House Republicans are on track to impeach Homeland Security Secretary Alejandro Mayorkas and maybe President Joe Biden. Former President Donald Trump is on the path to the GOP presidential nomination. Speaker Mike Johnson is in an increasingly perilous position with his right flank.
Does it sound like Congress is going to approve a border security and immigration deal?
The Senate’s bipartisan talks are hitting new snags over a key element to any border agreement — parole authority. The lead GOP negotiator, Sen. James Lankford (R-Okla.), is walking back his optimistic predictions for a possible deal this week. And he’s balking at House Republicans’ effort to impeach Mayorkas, the man who’s been in the room with Lankford and White House officials negotiating a border deal over the last few weeks.
The strategic differences between Senate and House Republicans right now cannot be overstated. You could even make the argument that they’re irreconcilable.
While House Republicans are looking to boot the DHS secretary from office, Lankford says the only way to address the crisis at the border is to pass legislation forcing Mayorkas to change the policies at the U.S.-Mexico border.
“Mayorkas is carrying out President Biden’s policies. That’s what a secretary is going to do. So you can swap secretaries — the policies are going to be exactly the same,” Lankford told us Monday night. “I understand their frustration. But President Biden’s going to have the exact same policies. Until we change the law, until we change the execution of it, we’re going to have the same results.”
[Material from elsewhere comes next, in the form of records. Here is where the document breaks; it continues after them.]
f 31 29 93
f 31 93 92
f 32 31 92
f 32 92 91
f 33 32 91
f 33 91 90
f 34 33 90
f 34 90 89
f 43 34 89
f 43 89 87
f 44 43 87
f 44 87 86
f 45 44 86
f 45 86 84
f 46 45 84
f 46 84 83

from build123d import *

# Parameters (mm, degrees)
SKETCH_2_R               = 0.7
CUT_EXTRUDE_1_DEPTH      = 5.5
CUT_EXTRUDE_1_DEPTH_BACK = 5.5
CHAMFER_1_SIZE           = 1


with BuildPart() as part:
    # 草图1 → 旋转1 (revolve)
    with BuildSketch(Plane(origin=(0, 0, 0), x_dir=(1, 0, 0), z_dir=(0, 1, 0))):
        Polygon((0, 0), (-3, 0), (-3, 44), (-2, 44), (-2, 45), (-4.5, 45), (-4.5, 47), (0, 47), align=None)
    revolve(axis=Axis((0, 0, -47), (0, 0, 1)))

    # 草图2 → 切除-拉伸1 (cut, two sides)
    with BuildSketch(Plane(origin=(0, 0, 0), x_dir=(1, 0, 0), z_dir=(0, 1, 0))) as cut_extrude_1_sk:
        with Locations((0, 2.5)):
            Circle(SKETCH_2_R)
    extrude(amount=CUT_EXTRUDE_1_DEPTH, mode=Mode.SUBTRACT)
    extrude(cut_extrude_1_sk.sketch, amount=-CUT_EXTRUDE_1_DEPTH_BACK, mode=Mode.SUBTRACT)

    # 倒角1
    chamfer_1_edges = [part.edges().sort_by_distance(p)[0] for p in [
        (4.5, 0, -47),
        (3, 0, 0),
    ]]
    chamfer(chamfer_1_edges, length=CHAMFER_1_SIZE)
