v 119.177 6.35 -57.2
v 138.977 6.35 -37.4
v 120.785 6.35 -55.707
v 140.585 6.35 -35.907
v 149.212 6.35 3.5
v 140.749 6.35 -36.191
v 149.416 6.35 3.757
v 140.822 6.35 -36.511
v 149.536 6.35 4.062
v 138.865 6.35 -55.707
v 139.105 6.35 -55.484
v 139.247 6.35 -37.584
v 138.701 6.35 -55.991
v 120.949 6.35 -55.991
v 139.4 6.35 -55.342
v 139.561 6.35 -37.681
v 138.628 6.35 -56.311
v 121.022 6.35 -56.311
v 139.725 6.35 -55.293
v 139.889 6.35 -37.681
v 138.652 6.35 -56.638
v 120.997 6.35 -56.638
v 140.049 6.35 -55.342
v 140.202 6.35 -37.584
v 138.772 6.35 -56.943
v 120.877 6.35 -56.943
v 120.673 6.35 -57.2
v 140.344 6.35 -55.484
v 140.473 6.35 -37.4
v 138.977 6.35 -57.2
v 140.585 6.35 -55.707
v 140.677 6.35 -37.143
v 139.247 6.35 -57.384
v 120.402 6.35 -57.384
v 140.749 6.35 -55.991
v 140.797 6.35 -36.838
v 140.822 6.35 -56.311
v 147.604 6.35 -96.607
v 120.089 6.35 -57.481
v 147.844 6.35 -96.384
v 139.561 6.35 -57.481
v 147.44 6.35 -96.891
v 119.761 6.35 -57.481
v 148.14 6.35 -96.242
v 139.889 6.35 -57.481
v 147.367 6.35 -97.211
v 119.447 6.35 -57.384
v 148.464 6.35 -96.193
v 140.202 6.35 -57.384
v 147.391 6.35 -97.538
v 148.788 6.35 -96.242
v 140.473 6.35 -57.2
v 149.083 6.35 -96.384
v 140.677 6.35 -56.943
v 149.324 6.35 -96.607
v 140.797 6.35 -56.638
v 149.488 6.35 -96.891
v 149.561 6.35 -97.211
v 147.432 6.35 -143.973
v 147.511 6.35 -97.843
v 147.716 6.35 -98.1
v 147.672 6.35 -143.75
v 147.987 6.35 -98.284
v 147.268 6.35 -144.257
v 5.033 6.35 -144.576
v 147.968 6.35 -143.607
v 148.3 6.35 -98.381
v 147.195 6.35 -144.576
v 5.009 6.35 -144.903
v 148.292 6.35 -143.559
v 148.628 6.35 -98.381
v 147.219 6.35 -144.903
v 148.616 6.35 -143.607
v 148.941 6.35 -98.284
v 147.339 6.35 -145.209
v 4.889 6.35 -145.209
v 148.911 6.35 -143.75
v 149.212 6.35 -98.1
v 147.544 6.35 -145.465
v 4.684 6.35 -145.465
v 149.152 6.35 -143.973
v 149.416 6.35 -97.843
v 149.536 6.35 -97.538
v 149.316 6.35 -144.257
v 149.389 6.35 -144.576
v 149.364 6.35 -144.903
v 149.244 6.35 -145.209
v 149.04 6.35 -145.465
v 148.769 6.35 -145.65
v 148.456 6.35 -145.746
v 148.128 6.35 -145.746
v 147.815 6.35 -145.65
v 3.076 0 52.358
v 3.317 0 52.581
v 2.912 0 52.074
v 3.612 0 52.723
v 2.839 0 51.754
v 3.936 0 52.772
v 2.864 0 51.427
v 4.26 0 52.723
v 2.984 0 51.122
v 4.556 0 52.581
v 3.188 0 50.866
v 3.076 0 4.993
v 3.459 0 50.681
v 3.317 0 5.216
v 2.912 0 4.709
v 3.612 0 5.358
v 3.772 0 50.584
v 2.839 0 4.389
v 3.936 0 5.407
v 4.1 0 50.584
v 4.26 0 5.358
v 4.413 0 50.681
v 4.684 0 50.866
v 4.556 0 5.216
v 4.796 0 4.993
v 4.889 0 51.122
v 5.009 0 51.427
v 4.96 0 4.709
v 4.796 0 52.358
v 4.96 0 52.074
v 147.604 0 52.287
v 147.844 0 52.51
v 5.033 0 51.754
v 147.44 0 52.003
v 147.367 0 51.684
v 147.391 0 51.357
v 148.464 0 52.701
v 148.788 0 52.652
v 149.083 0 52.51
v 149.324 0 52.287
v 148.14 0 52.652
To illustrate the seemingly impossible position Lankford finds himself in, Sen. John Cornyn (R-Texas) invoked an old John McCain saying.
“Your reward will be in heaven, not on earth,” Cornyn said. Cornyn later likened Lankford to “a goalie on a dart team.”
Lankford didn’t dispute this analogy, but he leaned harder into his view that a compromise is necessary when Democrats control the White House and Senate while the House is “almost-exactly divided.”
“For those of us that have been engaged on the field, we’re going to take lots of hits, and lots of people are going to cheer and boo in the stands,” Lankford said. “I understand that. But the task has still got to be done… I can’t just ignore the reality of the border and what’s happening.”
Let’s be clear: Lankford is no RINO. He’s as hawkish on border policy as they come. Yet the Oklahoma Republican is taking a proverbial beating with full knowledge that this may very well collapse around him.
Even some of Lankford’s fellow GOP senators are looking to bolster the House Republican strategy. We’re told that later today, Sen. Roger Marshall (R-Kan.) will head to the floor to try to pass a “No confidence” resolution targeting Mayorkas.
And tomorrow, Senate Republicans will hash this all out at a special conference meeting called by conservatives who’ve been skeptical of the border negotiations since Day One.
The House Homeland Security Committee begins its first impeachment hearing for Mayorkas on Wednesday. One of the GOP witnesses is Oklahoma Attorney General Gentner Drummond. Drummond — long believed to have Senate aspirations — signed onto an amicus brief last year accusing the Biden administration of failing to follow the law by not detaining migrants at the border.
— Andrew Desiderio
PRESENTED BY THE NATIONAL RETAIL FEDERATION
As the leading voice for the retail industry, NRF advocates for the people, brands, policies and ideas that help retail succeed. Visit the NRF Action Center to learn about the policies affecting the retail industry, and how NRF is taking a stand on the issues that matter most — like fighting organized retail crime, reducing credit card swipe fees, and supporting jobs and economic growth.
The House will return today and Speaker Mike Johnson is set to get a very rough reception.
There has been a lot — and we mean truly a lot — of private griping among House Republicans about Johnson’s deal with Senate Majority Leader Chuck Schumer to lock in the Fiscal Responsibility Act for FY2024 spending. And Florida GOP Gov. Ron DeSantis – endorsed by Rep. Chip Roy (R-Texas), an ardent opponent – publicly came out against the plan on Monday night, injecting some Republican presidential politics into the mix.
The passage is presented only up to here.